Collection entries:
┄┄┄┄┄┄

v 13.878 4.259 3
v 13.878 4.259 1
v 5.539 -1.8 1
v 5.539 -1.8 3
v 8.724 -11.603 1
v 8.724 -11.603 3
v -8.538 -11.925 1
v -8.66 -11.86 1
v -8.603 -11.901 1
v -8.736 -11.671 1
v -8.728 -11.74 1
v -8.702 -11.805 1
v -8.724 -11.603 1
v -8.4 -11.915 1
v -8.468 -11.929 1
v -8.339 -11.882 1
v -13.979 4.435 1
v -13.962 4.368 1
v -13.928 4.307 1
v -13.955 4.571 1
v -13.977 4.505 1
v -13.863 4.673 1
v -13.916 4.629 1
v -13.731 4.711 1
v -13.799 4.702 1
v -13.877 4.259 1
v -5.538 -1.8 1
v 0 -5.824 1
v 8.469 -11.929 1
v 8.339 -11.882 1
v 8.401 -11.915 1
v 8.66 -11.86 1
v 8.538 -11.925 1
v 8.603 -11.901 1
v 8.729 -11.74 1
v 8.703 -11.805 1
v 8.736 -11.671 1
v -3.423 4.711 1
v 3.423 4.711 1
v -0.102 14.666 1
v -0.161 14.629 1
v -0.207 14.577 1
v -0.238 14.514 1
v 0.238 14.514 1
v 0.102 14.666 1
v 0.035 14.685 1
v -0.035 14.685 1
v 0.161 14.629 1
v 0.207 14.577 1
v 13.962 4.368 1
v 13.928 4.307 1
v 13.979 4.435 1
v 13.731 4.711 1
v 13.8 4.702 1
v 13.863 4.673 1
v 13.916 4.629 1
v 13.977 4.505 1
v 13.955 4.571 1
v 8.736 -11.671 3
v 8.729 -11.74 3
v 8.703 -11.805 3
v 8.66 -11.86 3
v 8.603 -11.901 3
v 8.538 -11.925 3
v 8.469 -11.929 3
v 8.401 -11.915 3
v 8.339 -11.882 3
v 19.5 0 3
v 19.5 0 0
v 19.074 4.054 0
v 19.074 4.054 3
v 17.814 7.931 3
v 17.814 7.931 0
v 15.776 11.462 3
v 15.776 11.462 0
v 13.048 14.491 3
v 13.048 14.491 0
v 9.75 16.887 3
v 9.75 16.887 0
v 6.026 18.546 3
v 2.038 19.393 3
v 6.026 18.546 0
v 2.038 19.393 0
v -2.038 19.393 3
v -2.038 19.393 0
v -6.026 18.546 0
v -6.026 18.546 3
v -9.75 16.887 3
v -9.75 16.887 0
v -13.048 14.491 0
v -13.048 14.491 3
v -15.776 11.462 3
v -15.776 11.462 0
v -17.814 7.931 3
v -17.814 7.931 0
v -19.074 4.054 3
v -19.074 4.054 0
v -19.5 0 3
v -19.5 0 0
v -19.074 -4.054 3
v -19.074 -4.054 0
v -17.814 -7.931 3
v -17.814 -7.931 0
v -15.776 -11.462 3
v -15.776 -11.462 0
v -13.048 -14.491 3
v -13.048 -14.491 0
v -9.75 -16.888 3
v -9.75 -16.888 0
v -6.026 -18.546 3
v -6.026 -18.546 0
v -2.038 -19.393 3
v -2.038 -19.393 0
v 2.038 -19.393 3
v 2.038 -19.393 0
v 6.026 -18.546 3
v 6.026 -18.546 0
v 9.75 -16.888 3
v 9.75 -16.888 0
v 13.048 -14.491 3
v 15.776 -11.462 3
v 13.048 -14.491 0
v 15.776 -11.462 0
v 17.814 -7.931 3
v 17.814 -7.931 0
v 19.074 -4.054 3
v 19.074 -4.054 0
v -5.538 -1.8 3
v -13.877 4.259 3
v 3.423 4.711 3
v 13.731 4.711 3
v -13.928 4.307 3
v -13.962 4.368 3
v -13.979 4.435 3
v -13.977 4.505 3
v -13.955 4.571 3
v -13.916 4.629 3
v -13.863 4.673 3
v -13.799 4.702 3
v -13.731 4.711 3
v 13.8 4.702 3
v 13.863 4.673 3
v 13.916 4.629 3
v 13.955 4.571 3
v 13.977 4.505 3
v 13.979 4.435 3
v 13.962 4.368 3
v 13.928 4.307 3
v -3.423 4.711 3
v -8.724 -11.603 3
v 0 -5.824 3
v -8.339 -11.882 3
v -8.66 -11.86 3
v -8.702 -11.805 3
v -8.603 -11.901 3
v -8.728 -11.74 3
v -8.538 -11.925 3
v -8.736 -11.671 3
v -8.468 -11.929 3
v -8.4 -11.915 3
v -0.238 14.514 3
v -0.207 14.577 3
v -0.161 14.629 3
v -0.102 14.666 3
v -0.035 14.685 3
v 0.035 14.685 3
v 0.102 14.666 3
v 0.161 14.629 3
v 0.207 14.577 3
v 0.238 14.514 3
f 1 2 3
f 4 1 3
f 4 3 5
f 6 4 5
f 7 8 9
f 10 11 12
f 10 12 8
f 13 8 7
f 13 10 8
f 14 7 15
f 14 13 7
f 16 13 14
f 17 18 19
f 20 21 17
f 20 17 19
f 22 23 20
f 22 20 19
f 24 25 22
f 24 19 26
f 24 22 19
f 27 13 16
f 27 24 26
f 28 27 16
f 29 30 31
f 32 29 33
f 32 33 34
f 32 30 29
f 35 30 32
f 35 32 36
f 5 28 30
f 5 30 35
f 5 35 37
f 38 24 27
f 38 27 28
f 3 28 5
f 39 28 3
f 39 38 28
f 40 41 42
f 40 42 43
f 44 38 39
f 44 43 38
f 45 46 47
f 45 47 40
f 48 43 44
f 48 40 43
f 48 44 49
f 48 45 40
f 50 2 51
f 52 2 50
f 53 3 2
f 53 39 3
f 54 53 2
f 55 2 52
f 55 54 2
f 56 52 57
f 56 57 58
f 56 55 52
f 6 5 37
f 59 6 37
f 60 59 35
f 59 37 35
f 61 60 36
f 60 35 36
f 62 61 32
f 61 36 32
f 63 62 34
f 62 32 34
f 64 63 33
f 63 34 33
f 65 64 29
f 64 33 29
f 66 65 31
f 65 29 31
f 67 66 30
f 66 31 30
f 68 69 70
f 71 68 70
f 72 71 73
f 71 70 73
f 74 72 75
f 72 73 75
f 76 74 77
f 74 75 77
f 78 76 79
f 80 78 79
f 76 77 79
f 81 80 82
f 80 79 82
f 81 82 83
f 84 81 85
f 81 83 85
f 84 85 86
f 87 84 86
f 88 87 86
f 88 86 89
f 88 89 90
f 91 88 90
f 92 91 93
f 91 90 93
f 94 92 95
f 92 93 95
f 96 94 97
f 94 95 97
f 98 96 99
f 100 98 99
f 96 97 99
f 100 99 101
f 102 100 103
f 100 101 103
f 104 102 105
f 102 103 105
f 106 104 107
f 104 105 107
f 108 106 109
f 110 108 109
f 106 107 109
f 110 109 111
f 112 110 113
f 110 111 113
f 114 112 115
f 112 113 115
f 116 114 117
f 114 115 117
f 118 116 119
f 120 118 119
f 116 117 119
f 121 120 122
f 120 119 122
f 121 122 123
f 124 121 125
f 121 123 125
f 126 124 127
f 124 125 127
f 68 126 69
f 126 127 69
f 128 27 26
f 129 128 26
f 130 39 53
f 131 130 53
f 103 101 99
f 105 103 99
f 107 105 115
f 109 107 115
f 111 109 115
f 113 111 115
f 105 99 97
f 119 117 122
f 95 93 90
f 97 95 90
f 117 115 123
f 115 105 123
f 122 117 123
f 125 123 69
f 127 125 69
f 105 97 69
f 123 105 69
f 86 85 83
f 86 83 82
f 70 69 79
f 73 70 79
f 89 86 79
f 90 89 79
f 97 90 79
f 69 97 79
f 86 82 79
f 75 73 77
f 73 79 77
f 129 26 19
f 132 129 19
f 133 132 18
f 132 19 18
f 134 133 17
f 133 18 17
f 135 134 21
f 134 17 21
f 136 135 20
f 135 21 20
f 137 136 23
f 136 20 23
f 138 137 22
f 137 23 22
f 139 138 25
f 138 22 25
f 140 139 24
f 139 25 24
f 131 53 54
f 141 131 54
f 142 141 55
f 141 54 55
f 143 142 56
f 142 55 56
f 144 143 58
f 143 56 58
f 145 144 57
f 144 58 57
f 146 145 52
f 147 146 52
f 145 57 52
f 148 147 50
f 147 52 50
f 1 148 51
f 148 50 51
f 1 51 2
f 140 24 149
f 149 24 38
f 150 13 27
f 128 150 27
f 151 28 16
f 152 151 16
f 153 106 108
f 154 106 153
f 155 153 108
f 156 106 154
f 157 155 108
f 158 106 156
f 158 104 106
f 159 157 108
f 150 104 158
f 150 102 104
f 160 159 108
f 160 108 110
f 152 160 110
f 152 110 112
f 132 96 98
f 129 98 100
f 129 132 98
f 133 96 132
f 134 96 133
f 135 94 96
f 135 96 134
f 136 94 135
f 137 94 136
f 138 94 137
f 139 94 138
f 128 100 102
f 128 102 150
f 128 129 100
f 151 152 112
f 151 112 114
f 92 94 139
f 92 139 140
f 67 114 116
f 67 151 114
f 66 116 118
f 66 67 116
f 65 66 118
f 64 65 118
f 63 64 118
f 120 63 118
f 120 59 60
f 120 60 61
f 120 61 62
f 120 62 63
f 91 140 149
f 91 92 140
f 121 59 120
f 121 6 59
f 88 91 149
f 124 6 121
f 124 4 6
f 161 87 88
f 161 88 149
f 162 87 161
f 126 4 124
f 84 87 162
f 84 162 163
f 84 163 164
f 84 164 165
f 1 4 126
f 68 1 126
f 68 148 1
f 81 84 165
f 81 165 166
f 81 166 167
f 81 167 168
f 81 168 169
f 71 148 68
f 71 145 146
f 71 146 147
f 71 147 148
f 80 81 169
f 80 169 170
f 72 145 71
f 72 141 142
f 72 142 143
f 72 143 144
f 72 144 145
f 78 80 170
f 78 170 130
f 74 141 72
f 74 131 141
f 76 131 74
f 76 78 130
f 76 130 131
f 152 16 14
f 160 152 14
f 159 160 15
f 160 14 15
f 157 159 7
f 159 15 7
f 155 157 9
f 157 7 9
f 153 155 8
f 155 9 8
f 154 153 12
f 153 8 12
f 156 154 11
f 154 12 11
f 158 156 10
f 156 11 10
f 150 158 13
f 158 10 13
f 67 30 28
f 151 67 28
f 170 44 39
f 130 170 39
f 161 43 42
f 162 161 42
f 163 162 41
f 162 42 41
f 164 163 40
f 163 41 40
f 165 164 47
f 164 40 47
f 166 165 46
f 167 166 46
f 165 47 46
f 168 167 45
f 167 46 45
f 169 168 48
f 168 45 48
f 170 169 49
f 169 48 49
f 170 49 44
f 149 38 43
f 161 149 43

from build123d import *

# Parameters (mm, degrees)
F0_R     = 19.5
F1_DEPTH = 3
F2_DEPTH = 1


# Not quite as in the source:
# - a feature names something its author has since deleted; it is built from what else it names


with BuildPart() as f1:
    # F0 (on Top) → F1 (new body)
    with BuildSketch(Plane.XY):
        with Locations((6.52368e-05, -6.45803e-05)):
            Circle(F0_R)
        with BuildLine():
            ThreePointArc((-8.3389530288, -11.8822470528), (-8.632845655, -11.8822470528), (-8.723663471, -11.6027385556))
            Line((-8.723663471, -11.6027385556), (-5.5384419263, -1.7996346453))
            Line((-5.5384419263, -1.7996346453), (-13.877460192, 4.2590167665))
            ThreePointArc((-13.877460192, 4.2590167665), (-13.968278008, 4.5385252636), (-13.7305138789, 4.7112710151))
            Line((-13.7305138789, 4.7112710151), (-3.4229204369, 4.7112710151))
            Line((-3.4229204369, 4.7112710151), (-0.2376988922, 14.5143749254))
            ThreePointArc((-0.2376988922, 14.5143749254), (6.52368e-05, 14.6871206768), (0.2378293659, 14.5143749254))
            Line((0.2378293659, 14.5143749254), (3.4230509106, 4.7112710151))
            Line((3.4230509106, 4.7112710151), (13.7306443525, 4.7112710151))
            ThreePointArc((13.7306443525, 4.7112710151), (13.9684084816, 4.5385252637), (13.8775906656, 4.2590167665))
            Line((13.8775906656, 4.2590167665), (5.5385724, -1.7996346453))
            Line((5.5385724, -1.7996346453), (8.7237939446, -11.6027385556))
            ThreePointArc((8.7237939446, -11.6027385556), (8.6329761286, -11.8822470528), (8.3390835025, -11.8822470528))
            Line((8.3390835025, -11.8822470528), (6.52368e-05, -5.823595641))
            Line((6.52368e-05, -5.823595641), (-8.3389530288, -11.8822470528))
        make_face(mode=Mode.SUBTRACT)
    extrude(amount=F1_DEPTH)

    # F0 (on Top) → F2 (join)
    with BuildSketch(Plane.XY):
        with BuildLine():
            Line((-5.5384419263, -1.7996346453), (-8.723663471, -11.6027385556))
            ThreePointArc((-8.723663471, -11.6027385556), (-8.632845655, -11.8822470528), (-8.3389530288, -11.8822470528))
            Line((-8.3389530288, -11.8822470528), (6.52368e-05, -5.823595641))
            Line((6.52368e-05, -5.823595641), (-5.5384419263, -1.7996346453))
        make_face()
        with BuildLine():
            Line((-13.877460192, 4.2590167665), (-5.5384419263, -1.7996346453))
            Line((-5.5384419263, -1.7996346453), (-3.4229204369, 4.7112710151))
            Line((-3.4229204369, 4.7112710151), (-13.7305138789, 4.7112710151))
            ThreePointArc((-13.7305138789, 4.7112710151), (-13.968278008, 4.5385252636), (-13.877460192, 4.2590167665))
        make_face()
        Polygon((-3.4229204369, 4.7112710151), (-5.5384419263, -1.7996346453), (6.52368e-05, -5.823595641), (5.5385724, -1.7996346453), (3.4230509106, 4.7112710151), align=None)
        with BuildLine():
            Line((-0.2376988922, 14.5143749254), (-3.4229204369, 4.7112710151))
            Line((-3.4229204369, 4.7112710151), (3.4230509106, 4.7112710151))
            Line((3.4230509106, 4.7112710151), (0.2378293659, 14.5143749254))
            ThreePointArc((0.2378293659, 14.5143749254), (6.52368e-05, 14.6871206768), (-0.2376988922, 14.5143749254))
        make_face()
        with BuildLine():
            Line((5.5385724, -1.7996346453), (6.52368e-05, -5.823595641))
            Line((6.52368e-05, -5.823595641), (8.3390835025, -11.8822470528))
            ThreePointArc((8.3390835025, -11.8822470528), (8.6329761286, -11.8822470528), (8.7237939446, -11.6027385556))
            Line((8.7237939446, -11.6027385556), (5.5385724, -1.7996346453))
        make_face()
        with BuildLine():
            Line((13.7306443525, 4.7112710151), (3.4230509106, 4.7112710151))
            Line((3.4230509106, 4.7112710151), (5.5385724, -1.7996346453))
            Line((5.5385724, -1.7996346453), (13.8775906656, 4.2590167665))
            ThreePointArc((13.8775906656, 4.2590167665), (13.9684084816, 4.5385252637), (13.7306443525, 4.7112710151))
        make_face()
    extrude(amount=F2_DEPTH)


solid = f1.part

┄┄┄┄┄┄

WORK INSTRUCTIONS:
Copy out only the lines running from the beginning of the data to the line with "v 2.038 -19.393 3", both ends included.

ANSWER BELOW:
v 13.878 4.259 3
v 13.878 4.259 1
v 5.539 -1.8 1
v 5.539 -1.8 3
v 8.724 -11.603 1
v 8.724 -11.603 3
v -8.538 -11.925 1
v -8.66 -11.86 1
v -8.603 -11.901 1
v -8.736 -11.671 1
v -8.728 -11.74 1
v -8.702 -11.805 1
v -8.724 -11.603 1
v -8.4 -11.915 1
v -8.468 -11.929 1
v -8.339 -11.882 1
v -13.979 4.435 1
v -13.962 4.368 1
v -13.928 4.307 1
v -13.955 4.571 1
v -13.977 4.505 1
v -13.863 4.673 1
v -13.916 4.629 1
v -13.731 4.711 1
v -13.799 4.702 1
v -13.877 4.259 1
v -5.538 -1.8 1
v 0 -5.824 1
v 8.469 -11.929 1
v 8.339 -11.882 1
v 8.401 -11.915 1
v 8.66 -11.86 1
v 8.538 -11.925 1
v 8.603 -11.901 1
v 8.729 -11.74 1
v 8.703 -11.805 1
v 8.736 -11.671 1
v -3.423 4.711 1
v 3.423 4.711 1
v -0.102 14.666 1
v -0.161 14.629 1
v -0.207 14.577 1
v -0.238 14.514 1
v 0.238 14.514 1
v 0.102 14.666 1
v 0.035 14.685 1
v -0.035 14.685 1
v 0.161 14.629 1
v 0.207 14.577 1
v 13.962 4.368 1
v 13.928 4.307 1
v 13.979 4.435 1
v 13.731 4.711 1
v 13.8 4.702 1
v 13.863 4.673 1
v 13.916 4.629 1
v 13.977 4.505 1
v 13.955 4.571 1
v 8.736 -11.671 3
v 8.729 -11.74 3
v 8.703 -11.805 3
v 8.66 -11.86 3
v 8.603 -11.901 3
v 8.538 -11.925 3
v 8.469 -11.929 3
v 8.401 -11.915 3
v 8.339 -11.882 3
v 19.5 0 3
v 19.5 0 0
v 19.074 4.054 0
v 19.074 4.054 3
v 17.814 7.931 3
v 17.814 7.931 0
v 15.776 11.462 3
v 15.776 11.462 0
v 13.048 14.491 3
v 13.048 14.491 0
v 9.75 16.887 3
v 9.75 16.887 0
v 6.026 18.546 3
v 2.038 19.393 3
v 6.026 18.546 0
v 2.038 19.393 0
v -2.038 19.393 3
v -2.038 19.393 0
v -6.026 18.546 0
v -6.026 18.546 3
v -9.75 16.887 3
v -9.75 16.887 0
v -13.048 14.491 0
v -13.048 14.491 3
v -15.776 11.462 3
v -15.776 11.462 0
v -17.814 7.931 3
v -17.814 7.931 0
v -19.074 4.054 3
v -19.074 4.054 0
v -19.5 0 3
v -19.5 0 0
v -19.074 -4.054 3
v -19.074 -4.054 0
v -17.814 -7.931 3
v -17.814 -7.931 0
v -15.776 -11.462 3
v -15.776 -11.462 0
v -13.048 -14.491 3
v -13.048 -14.491 0
v -9.75 -16.888 3
v -9.75 -16.888 0
v -6.026 -18.546 3
v -6.026 -18.546 0
v -2.038 -19.393 3
v -2.038 -19.393 0
v 2.038 -19.393 3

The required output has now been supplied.